• _Task_:
All that should be output is the block of lines below from the line with "#26=AXIS2_PLACEMENT_3D('',#15,#24,#25);" to the line with "#36=EDGE_LOOP('',(#35));", both included, exactly as written.
+---+
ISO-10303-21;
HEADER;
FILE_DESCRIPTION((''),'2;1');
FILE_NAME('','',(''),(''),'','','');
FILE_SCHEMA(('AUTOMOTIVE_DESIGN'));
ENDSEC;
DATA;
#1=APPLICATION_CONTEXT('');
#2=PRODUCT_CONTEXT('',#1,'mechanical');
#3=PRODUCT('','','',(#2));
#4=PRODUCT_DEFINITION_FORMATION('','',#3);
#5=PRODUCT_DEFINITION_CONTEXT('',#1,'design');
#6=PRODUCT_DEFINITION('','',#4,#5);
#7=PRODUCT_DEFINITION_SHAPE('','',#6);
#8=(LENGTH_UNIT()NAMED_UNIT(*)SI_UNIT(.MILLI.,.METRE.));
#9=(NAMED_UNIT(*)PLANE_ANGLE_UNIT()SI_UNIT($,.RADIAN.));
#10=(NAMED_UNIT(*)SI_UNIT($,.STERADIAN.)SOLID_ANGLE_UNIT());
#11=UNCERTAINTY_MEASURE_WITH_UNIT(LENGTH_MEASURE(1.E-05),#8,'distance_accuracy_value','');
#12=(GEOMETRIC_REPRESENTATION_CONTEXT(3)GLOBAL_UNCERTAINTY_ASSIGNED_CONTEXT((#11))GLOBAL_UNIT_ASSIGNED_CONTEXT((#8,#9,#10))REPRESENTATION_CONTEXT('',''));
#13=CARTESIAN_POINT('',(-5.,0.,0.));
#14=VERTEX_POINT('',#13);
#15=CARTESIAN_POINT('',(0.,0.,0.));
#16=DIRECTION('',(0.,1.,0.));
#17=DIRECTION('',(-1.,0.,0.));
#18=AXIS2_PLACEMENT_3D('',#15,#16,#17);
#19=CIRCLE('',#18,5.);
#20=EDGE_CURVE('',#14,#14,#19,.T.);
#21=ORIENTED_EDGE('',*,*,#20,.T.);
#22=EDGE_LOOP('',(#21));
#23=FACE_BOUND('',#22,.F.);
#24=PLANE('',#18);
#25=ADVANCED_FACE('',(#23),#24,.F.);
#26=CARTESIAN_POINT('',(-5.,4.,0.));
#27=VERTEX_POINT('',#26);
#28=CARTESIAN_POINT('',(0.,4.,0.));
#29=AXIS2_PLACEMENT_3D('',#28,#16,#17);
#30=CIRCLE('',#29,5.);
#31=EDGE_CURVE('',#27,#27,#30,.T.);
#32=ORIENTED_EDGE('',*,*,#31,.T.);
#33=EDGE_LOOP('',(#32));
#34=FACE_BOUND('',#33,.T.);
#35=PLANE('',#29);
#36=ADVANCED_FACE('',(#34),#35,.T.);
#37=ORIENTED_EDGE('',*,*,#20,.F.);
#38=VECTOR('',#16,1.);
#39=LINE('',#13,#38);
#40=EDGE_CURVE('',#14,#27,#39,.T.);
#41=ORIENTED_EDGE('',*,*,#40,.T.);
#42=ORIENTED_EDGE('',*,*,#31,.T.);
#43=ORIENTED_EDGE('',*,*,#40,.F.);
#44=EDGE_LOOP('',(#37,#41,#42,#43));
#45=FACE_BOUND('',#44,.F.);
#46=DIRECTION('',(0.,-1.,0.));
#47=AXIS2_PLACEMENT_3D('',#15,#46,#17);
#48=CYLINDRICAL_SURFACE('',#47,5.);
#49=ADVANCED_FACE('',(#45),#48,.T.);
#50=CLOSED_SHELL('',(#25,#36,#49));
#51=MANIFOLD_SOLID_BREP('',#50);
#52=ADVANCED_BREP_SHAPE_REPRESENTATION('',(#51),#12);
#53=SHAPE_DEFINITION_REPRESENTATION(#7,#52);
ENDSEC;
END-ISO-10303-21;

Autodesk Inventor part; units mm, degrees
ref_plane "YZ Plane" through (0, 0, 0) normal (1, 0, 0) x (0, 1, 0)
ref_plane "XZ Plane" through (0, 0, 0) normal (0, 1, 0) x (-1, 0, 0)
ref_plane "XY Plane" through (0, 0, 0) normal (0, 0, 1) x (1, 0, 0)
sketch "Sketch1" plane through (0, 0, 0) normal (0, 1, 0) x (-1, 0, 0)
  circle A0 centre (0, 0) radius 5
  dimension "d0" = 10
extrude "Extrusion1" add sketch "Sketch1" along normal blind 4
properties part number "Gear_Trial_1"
+---+
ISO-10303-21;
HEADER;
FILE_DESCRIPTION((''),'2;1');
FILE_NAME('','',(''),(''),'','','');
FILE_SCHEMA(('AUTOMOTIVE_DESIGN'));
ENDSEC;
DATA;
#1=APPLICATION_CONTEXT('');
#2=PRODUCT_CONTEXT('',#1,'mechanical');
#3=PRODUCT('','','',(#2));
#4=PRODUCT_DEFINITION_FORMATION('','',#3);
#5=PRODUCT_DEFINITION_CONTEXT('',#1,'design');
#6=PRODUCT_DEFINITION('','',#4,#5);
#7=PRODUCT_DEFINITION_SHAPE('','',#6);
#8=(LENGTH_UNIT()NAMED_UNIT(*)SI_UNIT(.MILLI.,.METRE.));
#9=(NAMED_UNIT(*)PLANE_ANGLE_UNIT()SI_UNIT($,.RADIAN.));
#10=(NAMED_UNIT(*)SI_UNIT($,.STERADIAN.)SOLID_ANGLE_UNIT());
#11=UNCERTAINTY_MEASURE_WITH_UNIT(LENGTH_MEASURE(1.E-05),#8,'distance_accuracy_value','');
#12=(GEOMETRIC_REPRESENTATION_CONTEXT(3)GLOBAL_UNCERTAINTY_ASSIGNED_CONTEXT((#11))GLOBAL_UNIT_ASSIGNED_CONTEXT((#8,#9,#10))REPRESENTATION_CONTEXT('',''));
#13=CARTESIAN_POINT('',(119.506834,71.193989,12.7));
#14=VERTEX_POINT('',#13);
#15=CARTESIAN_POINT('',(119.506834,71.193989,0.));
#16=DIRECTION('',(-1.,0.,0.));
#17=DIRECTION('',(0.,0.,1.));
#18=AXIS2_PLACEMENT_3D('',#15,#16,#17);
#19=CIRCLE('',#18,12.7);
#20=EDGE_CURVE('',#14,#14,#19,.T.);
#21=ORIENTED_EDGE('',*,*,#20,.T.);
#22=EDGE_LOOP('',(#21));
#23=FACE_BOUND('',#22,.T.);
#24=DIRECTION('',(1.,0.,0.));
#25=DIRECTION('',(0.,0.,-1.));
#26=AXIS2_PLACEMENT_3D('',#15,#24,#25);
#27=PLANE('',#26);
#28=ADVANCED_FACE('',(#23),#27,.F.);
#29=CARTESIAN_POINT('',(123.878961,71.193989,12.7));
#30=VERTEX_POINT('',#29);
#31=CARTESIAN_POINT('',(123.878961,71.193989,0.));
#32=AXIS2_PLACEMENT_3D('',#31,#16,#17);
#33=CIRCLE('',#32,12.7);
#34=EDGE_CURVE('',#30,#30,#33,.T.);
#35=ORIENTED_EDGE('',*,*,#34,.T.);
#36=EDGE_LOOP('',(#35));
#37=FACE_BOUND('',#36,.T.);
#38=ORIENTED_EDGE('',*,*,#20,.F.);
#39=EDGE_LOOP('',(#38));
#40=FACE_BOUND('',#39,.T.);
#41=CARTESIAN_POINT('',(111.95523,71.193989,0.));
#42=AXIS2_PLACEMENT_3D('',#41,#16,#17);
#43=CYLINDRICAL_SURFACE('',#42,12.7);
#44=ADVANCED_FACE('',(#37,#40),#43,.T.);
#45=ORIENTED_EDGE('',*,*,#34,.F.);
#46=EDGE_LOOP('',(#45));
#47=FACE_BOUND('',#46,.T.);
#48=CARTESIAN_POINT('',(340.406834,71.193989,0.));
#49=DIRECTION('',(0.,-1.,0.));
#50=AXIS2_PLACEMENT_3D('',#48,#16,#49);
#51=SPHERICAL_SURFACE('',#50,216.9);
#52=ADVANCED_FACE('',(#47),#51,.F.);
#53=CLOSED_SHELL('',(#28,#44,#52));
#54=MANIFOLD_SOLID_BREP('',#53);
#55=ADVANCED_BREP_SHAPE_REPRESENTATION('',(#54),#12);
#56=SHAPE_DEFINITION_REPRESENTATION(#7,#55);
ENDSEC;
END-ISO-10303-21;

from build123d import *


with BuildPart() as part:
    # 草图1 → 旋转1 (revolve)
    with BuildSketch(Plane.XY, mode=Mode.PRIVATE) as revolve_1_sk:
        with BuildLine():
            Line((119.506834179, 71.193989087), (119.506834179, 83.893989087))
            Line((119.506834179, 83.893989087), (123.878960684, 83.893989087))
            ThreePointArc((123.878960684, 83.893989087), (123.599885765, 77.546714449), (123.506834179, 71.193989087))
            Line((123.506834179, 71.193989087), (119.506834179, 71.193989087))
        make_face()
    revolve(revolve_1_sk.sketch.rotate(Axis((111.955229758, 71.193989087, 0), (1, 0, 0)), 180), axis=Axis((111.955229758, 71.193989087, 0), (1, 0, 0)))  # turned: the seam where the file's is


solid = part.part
+---+
• _Written reply_:
#26=AXIS2_PLACEMENT_3D('',#15,#24,#25);
#27=PLANE('',#26);
#28=ADVANCED_FACE('',(#23),#27,.F.);
#29=CARTESIAN_POINT('',(123.878961,71.193989,12.7));
#30=VERTEX_POINT('',#29);
#31=CARTESIAN_POINT('',(123.878961,71.193989,0.));
#32=AXIS2_PLACEMENT_3D('',#31,#16,#17);
#33=CIRCLE('',#32,12.7);
#34=EDGE_CURVE('',#30,#30,#33,.T.);
#35=ORIENTED_EDGE('',*,*,#34,.T.);
#36=EDGE_LOOP('',(#35));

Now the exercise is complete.